Diversity of the Mx order and its evolutionary relationships with other uncultured lineages. (a) Maximum likelihood McrA phylogeny of the candidate Mx order. (b) Maximum likelihood 16S rRNA phylogeny showing the uncultured lineages branching between the Mx lineage and the Thermoplasmatales/DVHE2, MG-II, and MBG-D lineages. Both trees were rooted by using six representatives of Methanobacteriales and Methanococcales that are not shown for clarity. Trees were calculated from a data set of 138 unambiguously aligned amino acid positions (McrA) and 1,113 unambiguously aligned nucleic acid positions (16S rRNA). Values at nodes represent bootstrap support calculated on 100 resamplings of the original data set and Bayesian posterior probabilities calculated by Bayesian analysis. For clarity, only the values corresponding to the monophyly of lineages and their evolutionary relationships are shown. “../” symbols indicate that the corresponding node was not recovered in the Bayesian phylogeny. The scale bar represents the average number of substitutions per site. For details on data set construction and tree calculation, see Materials and Methods. The dotted box delineates the candidate Mx order. Sequences from the complete genomes of “Candidatus Methanomethylophilus alvus” and Methanomassiliicoccus luminyensis are indicated in red; other colored sequences indicate McrA and 16S rRNA sequences retrieved from the same sample in previous studies. Sequences corresponding to the Lake Pavin sample from which we retrieved Mt coding gene sequences are underlined. Other than the already discussed losses of methanogenesis in the Thermoplasmatales/DVHE2, MG-II lineages, and MBG-D, additional putative losses can be inferred (red crosses with a question mark) in two uncultured lineages based on the environment from which the corresponding sequences were retrieved: oxygenated water column for MG-III; oxygenated and extremely acidic environments (pH <3) for TAC. Lineages 20c4, VC-21Arc6, CCA-47 (divided in two subgroup -1 and -2), ANT06-05, ASC21, F2apm1A36, and MKCST-A3 were derived from the July 2012 version (v.111) of the Silva Database (http://www.arb-silva.de/) and are named according to the clone definition. TMEG, Terrestrial Miscellaneous Euryarchaeotal Group; MBG-D, Marine Benthic Group D; MG-III, Marine Group III; MG-II, Marine Group II; TAC, Thermoplasmatales-related Acidic Cluster.

Fig. 4.—

Physical maps of mtaA/mtbA, mtaB, and mtaC. Physical maps of mtaA/mtbA, mtaB, and mtaC genes in “Candidatus Methanomethylophilus alvus” Mx1201, Methanomassiliicoccus luminyensis B10, in comparison with Methanosarcina acetivorans CA2 as a representative of Methanosarcinales, and with Methanosphaera stadtmanae DSM 3091 as a representative of Methanobacteriales.

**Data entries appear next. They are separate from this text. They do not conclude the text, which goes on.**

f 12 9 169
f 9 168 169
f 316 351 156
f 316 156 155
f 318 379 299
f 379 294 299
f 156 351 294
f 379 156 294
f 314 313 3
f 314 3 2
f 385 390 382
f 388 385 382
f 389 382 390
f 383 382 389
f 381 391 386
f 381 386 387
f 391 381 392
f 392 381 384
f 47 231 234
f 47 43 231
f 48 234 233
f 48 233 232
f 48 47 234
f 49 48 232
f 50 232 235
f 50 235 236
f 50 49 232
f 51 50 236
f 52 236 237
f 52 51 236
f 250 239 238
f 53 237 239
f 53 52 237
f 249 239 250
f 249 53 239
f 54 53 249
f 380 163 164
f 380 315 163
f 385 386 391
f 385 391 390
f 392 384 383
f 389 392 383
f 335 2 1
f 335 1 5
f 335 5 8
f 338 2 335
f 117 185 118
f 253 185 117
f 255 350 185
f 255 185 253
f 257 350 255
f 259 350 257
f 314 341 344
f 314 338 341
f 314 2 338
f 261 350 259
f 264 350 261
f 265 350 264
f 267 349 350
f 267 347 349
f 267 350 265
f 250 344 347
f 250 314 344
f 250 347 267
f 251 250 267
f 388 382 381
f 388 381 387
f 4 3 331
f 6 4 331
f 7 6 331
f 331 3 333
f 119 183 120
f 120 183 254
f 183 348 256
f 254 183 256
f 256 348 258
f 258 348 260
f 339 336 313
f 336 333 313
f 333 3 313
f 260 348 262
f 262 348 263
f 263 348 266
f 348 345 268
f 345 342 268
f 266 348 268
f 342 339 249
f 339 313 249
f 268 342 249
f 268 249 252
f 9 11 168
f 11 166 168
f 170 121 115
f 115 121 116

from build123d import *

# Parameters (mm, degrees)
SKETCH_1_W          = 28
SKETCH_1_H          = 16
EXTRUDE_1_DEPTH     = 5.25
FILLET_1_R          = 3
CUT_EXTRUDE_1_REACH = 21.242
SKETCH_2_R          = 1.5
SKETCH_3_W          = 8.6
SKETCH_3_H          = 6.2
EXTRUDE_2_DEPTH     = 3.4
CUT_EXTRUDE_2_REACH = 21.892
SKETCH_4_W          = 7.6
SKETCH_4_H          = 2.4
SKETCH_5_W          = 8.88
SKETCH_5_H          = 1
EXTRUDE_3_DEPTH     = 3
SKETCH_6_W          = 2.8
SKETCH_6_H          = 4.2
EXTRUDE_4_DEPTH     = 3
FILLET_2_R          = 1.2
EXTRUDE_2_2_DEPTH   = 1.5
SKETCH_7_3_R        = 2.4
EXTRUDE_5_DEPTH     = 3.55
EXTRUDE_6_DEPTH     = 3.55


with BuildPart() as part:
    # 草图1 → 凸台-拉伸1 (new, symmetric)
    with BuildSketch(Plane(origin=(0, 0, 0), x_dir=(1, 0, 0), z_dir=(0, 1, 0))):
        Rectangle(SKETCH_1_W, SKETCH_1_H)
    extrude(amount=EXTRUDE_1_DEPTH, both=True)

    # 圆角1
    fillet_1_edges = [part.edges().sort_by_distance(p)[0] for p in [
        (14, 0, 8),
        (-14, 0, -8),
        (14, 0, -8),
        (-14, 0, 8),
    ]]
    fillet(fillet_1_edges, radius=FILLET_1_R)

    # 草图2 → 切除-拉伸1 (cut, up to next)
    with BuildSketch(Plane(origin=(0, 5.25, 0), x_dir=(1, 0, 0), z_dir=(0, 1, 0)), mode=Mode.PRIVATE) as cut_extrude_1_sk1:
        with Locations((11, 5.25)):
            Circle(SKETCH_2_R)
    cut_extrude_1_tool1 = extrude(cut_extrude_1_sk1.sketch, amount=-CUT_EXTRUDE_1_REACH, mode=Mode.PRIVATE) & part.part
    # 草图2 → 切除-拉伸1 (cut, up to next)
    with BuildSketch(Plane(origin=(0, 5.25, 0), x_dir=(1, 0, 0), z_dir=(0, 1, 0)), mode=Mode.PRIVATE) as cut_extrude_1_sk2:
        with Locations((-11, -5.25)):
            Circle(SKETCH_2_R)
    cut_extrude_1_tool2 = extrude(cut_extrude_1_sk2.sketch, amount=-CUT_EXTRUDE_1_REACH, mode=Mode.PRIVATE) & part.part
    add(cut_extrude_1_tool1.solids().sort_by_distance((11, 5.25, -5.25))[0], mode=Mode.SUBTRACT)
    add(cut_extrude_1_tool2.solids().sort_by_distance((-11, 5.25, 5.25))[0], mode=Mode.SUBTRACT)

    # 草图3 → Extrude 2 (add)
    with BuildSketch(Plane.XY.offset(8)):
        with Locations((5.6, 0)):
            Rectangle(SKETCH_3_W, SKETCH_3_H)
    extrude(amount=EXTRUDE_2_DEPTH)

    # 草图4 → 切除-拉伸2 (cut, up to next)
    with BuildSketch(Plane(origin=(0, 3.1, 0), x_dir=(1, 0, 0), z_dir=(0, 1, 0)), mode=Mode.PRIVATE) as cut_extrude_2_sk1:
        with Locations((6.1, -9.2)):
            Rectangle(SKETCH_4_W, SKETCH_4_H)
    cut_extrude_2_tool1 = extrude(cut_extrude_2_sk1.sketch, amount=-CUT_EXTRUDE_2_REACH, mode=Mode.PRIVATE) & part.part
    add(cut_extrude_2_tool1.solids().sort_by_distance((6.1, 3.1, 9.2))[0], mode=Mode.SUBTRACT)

The contigs of M. luminyensis (the assembled genome is not yet available) are separated by slashes. MAP, Methyltransferase Activation Protein.

Fig. 5.—

Phylogeny of MtaA/MtbA, MtaB, and MtaC. Unrooted maximum likelihood phylogenies of (a) MtaA/MtbA, (b) MtaB, and (c) MtaC. The Methanosarcinales are indicated in green, the Methanobacteriales in blue, and the Mx lineage in red. Sequences in bold belong to uncultivated microorganisms. Of the environmental sequences from Lake Pavin obtained in this study, only MtaB could be included in phylogenetic analysis because the others were too partial. Also, the MtaC homolog from the bioreactor metagenome was too partial to be included in the tree. However, these are clearly affiliated with the Mx lineage. Values at nodes represent bootstrap support calculated based on 100 resamplings of the original data set. For clarity, only the values corresponding to the monophyly of lineages and their evolutionary relationships are shown. The scale bar represents the average number of substitutions per site. For details on data set construction and tree calculation, see Materials and Methods.